In the spirit of learning more about youth leaders and what it takes to build national leaders out of the youth of today, we spent some time with the lead organiser, Vuyo Sabani, to learn more about her aspirations and plans for this new TEDx chapter.

Tell us about yourself…

My name is Vuyolwethu Sabani. I was born and grew up in a loving home with wonderful Christian parents, Albert and Noncedo Sabani, at Braelyn Heights in East London. I went to East London High school until my father’s businesses and health took a financial knock while I was still quite young.

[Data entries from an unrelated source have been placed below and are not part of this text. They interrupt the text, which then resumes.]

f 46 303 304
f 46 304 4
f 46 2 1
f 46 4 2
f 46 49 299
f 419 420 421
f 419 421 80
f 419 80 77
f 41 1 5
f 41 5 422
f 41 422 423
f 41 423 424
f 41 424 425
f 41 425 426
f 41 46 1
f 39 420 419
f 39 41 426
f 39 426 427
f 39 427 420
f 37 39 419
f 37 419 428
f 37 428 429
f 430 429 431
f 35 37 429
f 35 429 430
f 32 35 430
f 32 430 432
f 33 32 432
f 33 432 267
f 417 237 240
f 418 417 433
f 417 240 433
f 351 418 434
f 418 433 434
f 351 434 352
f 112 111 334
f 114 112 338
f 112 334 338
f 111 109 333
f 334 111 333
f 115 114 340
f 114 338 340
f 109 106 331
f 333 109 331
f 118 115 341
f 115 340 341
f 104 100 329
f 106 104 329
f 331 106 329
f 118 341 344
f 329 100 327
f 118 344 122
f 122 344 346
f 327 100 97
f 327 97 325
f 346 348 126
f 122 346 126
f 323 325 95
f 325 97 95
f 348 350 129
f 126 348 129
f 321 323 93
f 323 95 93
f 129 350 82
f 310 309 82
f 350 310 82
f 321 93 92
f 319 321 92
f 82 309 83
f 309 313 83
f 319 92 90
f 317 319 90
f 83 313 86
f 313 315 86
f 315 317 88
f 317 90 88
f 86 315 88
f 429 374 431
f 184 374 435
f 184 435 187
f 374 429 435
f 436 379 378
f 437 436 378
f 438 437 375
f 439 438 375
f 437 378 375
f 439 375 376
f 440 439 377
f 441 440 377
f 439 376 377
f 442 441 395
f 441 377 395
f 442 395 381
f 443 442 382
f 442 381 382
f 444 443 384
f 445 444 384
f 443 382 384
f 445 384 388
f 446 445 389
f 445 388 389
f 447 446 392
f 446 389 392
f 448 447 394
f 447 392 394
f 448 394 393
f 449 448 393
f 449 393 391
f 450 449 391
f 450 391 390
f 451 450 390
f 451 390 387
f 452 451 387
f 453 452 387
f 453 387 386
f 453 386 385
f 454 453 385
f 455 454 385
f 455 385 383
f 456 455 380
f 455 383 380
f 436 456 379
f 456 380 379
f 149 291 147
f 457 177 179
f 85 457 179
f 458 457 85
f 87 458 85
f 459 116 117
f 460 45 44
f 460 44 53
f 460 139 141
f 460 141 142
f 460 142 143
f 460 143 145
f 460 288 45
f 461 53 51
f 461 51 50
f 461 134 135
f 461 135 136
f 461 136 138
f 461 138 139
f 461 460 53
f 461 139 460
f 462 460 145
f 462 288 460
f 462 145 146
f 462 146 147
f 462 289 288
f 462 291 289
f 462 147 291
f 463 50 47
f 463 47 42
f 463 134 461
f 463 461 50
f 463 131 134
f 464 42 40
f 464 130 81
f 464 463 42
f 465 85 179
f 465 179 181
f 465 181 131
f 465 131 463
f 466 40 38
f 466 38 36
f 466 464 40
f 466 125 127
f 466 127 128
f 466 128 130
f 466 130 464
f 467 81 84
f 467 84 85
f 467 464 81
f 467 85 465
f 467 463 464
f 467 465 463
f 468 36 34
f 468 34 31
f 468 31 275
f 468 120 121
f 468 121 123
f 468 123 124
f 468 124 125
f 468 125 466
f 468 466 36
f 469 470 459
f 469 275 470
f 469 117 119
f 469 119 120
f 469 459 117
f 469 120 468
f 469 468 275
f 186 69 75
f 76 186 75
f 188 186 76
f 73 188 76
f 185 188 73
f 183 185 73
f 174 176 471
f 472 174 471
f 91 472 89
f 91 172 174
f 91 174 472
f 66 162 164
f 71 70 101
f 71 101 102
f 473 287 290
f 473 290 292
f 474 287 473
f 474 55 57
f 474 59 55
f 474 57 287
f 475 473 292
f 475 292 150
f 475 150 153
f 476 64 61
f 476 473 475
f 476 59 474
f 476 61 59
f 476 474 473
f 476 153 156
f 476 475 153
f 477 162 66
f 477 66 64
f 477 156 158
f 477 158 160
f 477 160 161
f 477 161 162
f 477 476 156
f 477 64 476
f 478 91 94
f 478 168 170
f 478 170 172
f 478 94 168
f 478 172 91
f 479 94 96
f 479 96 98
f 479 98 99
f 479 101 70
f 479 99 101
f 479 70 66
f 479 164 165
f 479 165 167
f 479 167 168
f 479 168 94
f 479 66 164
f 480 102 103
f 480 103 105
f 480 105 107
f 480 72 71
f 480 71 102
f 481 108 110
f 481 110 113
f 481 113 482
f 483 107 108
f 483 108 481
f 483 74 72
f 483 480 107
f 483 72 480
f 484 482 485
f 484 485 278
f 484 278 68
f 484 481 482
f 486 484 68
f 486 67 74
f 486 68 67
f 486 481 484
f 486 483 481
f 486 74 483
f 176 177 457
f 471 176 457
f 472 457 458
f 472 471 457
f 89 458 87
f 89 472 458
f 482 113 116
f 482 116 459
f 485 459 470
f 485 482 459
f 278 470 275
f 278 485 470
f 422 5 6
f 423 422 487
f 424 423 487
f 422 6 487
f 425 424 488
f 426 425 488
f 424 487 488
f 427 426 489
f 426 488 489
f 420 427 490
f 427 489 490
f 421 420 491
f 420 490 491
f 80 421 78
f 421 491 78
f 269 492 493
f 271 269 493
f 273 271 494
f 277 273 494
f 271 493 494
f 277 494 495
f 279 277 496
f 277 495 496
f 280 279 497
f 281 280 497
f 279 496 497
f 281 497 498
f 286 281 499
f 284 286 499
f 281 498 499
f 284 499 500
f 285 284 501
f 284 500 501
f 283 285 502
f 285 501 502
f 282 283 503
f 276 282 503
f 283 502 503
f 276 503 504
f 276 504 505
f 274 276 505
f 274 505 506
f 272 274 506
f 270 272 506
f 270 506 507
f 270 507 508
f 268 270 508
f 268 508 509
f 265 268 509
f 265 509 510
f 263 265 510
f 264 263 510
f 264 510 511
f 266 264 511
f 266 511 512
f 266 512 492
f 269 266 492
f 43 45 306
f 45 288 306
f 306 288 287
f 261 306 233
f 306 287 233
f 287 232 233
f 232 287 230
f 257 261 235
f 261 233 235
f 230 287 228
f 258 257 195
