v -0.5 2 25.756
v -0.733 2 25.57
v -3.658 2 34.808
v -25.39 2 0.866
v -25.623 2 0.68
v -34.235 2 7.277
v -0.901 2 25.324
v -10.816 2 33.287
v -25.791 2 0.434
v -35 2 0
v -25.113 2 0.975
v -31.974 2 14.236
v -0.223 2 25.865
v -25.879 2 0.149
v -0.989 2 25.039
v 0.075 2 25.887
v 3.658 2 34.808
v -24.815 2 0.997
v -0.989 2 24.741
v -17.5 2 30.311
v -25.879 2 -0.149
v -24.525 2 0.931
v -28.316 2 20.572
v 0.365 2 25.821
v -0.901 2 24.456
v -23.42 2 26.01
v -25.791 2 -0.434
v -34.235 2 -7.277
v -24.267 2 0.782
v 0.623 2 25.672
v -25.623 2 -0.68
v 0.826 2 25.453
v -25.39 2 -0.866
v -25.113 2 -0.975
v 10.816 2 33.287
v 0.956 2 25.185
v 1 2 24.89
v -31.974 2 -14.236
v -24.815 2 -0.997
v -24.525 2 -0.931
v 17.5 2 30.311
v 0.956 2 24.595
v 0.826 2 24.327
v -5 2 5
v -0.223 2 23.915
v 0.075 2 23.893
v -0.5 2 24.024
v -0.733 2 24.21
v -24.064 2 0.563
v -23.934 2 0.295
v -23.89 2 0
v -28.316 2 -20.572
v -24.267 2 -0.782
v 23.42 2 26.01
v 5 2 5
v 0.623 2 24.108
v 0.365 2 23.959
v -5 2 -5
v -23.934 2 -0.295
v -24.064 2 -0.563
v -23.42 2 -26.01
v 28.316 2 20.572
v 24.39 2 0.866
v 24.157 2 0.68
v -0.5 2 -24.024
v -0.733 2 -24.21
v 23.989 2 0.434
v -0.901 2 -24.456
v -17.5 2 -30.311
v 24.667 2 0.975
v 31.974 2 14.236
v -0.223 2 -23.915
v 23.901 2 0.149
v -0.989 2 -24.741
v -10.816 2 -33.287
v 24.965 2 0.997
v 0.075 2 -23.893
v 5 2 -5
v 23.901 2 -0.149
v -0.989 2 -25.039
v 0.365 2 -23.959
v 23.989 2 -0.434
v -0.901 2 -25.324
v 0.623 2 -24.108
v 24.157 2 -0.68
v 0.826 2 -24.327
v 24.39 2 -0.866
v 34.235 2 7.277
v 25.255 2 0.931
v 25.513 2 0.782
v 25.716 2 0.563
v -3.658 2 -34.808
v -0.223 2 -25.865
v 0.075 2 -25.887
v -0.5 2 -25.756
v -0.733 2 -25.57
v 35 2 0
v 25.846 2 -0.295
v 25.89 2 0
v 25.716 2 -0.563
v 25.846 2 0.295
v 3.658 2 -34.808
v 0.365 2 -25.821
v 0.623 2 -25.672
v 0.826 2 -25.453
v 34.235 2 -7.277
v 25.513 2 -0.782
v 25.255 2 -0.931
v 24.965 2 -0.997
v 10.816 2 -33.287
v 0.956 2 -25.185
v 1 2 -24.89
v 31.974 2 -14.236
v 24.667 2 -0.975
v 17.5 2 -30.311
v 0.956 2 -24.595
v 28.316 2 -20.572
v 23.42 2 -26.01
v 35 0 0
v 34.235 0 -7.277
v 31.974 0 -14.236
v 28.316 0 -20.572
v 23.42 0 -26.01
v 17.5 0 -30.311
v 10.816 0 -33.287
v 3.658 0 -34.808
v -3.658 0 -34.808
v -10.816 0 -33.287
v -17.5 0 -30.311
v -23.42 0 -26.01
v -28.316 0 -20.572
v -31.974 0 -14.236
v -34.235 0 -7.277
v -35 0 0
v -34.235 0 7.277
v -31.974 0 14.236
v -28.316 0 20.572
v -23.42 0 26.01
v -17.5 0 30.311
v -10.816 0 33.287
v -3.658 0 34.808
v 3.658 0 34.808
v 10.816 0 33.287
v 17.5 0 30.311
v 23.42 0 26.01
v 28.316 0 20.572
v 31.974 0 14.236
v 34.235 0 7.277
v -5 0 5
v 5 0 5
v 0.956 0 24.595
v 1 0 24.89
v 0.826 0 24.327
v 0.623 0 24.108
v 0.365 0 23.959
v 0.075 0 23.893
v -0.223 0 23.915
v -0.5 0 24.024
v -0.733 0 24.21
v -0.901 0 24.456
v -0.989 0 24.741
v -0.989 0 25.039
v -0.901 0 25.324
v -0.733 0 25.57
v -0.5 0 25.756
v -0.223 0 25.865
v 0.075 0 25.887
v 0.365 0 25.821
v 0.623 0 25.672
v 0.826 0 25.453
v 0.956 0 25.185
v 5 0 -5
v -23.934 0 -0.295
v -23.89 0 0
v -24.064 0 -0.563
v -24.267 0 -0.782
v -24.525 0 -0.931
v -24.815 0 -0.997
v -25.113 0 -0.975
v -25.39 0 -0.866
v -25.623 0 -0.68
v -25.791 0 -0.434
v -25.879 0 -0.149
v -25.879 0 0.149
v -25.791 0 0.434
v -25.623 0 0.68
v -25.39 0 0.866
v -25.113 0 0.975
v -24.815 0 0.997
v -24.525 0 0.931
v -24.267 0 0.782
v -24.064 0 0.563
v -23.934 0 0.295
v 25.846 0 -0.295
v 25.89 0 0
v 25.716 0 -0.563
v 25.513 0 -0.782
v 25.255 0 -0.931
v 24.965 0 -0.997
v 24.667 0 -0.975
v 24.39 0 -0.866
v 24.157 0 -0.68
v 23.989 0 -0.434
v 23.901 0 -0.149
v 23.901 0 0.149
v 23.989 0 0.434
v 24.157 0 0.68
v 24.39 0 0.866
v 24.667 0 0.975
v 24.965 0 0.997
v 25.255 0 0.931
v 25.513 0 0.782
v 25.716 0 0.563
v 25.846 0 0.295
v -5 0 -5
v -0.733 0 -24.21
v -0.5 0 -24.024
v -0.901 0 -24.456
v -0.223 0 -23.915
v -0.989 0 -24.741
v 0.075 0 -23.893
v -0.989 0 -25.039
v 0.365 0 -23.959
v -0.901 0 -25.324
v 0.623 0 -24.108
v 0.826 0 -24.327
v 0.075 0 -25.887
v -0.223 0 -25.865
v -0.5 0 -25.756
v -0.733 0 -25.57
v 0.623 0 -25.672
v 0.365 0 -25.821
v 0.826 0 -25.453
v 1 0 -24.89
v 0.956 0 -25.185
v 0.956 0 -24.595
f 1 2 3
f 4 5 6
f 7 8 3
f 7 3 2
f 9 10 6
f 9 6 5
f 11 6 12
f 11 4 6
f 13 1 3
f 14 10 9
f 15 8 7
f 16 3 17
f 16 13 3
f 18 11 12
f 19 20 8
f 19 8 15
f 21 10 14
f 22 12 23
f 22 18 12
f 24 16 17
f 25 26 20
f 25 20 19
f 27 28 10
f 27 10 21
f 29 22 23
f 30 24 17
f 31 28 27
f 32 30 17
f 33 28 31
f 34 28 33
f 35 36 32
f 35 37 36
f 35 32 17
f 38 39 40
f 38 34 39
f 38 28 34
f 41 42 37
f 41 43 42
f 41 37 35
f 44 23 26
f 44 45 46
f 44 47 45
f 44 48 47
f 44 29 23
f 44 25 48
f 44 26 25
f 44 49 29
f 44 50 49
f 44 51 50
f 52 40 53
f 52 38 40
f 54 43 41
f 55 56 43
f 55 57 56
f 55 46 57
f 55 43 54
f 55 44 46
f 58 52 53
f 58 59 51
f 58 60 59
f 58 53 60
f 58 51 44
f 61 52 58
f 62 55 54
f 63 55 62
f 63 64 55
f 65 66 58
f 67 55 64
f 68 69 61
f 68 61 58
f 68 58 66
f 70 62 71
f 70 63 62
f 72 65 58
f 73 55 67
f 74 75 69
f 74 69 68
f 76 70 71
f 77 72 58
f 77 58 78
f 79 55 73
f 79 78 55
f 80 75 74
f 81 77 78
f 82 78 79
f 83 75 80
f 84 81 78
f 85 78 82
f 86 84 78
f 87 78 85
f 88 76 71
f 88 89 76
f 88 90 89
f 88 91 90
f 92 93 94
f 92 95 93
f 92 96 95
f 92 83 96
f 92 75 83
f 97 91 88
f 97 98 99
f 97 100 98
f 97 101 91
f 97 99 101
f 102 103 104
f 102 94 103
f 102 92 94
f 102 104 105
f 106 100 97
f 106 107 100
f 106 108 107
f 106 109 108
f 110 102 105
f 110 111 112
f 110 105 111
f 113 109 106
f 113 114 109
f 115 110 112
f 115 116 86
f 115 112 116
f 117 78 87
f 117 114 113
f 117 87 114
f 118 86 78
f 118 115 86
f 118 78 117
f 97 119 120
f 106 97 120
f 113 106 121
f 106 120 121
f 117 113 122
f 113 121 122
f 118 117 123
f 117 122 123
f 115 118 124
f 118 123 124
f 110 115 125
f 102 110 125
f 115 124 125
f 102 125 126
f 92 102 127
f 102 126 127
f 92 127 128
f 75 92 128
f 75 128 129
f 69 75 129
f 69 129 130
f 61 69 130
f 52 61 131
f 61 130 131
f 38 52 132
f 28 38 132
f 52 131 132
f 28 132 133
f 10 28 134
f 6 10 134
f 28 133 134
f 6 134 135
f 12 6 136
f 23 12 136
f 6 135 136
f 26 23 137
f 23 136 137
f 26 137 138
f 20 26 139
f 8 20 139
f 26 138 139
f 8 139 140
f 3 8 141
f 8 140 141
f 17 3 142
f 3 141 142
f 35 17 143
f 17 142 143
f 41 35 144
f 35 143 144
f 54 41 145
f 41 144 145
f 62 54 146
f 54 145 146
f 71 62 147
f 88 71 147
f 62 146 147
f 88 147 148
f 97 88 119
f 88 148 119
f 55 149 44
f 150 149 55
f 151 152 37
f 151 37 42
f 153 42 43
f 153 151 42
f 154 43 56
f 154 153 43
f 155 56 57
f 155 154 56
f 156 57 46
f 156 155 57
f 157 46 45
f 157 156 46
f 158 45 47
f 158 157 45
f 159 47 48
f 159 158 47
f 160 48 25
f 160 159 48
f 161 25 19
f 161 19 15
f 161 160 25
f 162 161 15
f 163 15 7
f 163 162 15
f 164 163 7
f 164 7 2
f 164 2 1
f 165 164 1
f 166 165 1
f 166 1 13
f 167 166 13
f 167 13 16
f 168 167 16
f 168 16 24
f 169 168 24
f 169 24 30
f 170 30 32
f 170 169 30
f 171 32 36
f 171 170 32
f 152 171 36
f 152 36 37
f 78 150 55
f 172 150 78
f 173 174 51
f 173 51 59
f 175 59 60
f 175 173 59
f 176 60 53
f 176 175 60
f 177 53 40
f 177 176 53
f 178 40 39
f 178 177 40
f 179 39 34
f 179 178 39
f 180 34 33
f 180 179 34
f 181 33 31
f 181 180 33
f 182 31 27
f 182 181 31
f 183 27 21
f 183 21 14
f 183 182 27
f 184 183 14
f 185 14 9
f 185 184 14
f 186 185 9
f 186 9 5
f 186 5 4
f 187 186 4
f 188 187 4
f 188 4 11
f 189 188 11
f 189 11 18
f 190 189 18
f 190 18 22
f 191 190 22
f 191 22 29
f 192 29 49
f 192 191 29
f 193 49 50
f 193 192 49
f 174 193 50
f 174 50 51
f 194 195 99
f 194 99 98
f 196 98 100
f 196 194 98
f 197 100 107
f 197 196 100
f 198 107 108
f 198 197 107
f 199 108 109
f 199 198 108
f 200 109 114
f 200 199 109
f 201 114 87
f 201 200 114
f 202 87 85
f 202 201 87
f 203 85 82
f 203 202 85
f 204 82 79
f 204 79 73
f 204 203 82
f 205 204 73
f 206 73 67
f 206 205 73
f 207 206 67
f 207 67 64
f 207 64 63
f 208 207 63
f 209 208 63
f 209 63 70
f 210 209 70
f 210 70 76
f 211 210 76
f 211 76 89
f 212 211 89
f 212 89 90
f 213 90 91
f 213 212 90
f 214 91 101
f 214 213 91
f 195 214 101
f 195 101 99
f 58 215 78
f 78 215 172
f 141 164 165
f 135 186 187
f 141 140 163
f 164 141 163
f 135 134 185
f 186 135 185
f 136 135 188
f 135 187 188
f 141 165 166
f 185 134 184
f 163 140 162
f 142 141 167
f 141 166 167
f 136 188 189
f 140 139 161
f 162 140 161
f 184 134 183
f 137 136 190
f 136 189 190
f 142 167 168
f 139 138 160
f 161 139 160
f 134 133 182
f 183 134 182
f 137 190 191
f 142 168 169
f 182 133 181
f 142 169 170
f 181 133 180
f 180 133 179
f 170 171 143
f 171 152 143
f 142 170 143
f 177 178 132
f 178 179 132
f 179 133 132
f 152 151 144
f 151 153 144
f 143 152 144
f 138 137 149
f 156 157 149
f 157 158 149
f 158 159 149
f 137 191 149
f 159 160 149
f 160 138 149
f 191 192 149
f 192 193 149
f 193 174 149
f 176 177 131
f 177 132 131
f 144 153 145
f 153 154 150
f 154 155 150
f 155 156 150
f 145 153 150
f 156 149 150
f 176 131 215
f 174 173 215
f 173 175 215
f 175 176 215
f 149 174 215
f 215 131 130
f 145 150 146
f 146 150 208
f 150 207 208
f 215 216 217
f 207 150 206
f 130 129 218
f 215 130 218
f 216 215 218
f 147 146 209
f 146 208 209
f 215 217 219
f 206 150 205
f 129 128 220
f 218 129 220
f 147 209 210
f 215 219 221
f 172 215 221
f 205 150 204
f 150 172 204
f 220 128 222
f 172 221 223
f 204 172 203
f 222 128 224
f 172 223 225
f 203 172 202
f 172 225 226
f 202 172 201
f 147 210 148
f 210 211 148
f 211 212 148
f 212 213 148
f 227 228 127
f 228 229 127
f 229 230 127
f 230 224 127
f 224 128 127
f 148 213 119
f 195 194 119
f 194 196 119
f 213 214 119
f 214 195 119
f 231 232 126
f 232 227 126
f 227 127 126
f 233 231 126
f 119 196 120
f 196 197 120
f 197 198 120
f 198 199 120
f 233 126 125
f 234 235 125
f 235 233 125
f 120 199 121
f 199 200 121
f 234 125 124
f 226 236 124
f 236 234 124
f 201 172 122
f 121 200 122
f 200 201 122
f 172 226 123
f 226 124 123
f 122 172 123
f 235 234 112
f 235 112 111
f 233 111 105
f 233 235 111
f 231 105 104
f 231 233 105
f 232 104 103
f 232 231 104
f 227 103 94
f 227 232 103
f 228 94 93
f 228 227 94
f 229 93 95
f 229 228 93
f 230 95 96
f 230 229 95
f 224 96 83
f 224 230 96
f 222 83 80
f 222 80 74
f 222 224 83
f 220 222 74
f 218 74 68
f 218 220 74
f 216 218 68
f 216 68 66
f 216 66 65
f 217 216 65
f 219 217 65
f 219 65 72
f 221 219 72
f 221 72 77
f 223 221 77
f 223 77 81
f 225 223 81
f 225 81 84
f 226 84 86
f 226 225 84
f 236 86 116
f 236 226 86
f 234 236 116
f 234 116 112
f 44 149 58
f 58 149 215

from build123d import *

# Parameters (mm, degrees)
SKETCH1_R           = 35
SKETCH1_R_2         = 1
SKETCH1_W           = 10
SKETCH1_H           = 10
BOSS_EXTRUDE1_DEPTH = 2


with BuildPart() as part:
    # Sketch1 → Boss-Extrude1 (new body)
    with BuildSketch(Plane(origin=(0, 0, 0), x_dir=(1, 0, 0), z_dir=(0, 1, 0))):
        Circle(SKETCH1_R)
        with Locations((0, 24.89)):
            Circle(SKETCH1_R_2, mode=Mode.SUBTRACT)
        with Locations((24.89, 0)):
            Circle(SKETCH1_R_2, mode=Mode.SUBTRACT)
        with Locations((0, -24.89)):
            Circle(SKETCH1_R_2, mode=Mode.SUBTRACT)
        with Locations((-24.89, 0)):
            Circle(SKETCH1_R_2, mode=Mode.SUBTRACT)
        Rectangle(SKETCH1_W, SKETCH1_H, mode=Mode.SUBTRACT)
    extrude(amount=BOSS_EXTRUDE1_DEPTH)


solid = part.part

We then moved to Mdantsane and I later went to Mida High School in Idutywa from Grade 10 until I passed Grade 12 in 2011. After struggling to get into university for a while, I decided to do short computer courses until I eventually enrolled at Walter Sisulu University from 2014 – 2019, studying towards a diploma in P.R. In 2019, I graduated with a B.Tech in Public Relations Management majoring in P.R and Communications.

What inspired you to start TEDxMdantsane?

I have always known from a very young age that I am here for positive societal impact but it is only when I fully captured my identity in Jesus Christ that I started making decisions about my life in pursuit of the version of me that He knew before creation. I first came across TED talks while at university and they changed my life, the impact they had on my perceptions on different subjects is what made me do more research about how they started. I wanted that experience for my community and I approached them to host it in my hometown because the vision of TED talks which is ideas worth spreading aligned with my vision for my community.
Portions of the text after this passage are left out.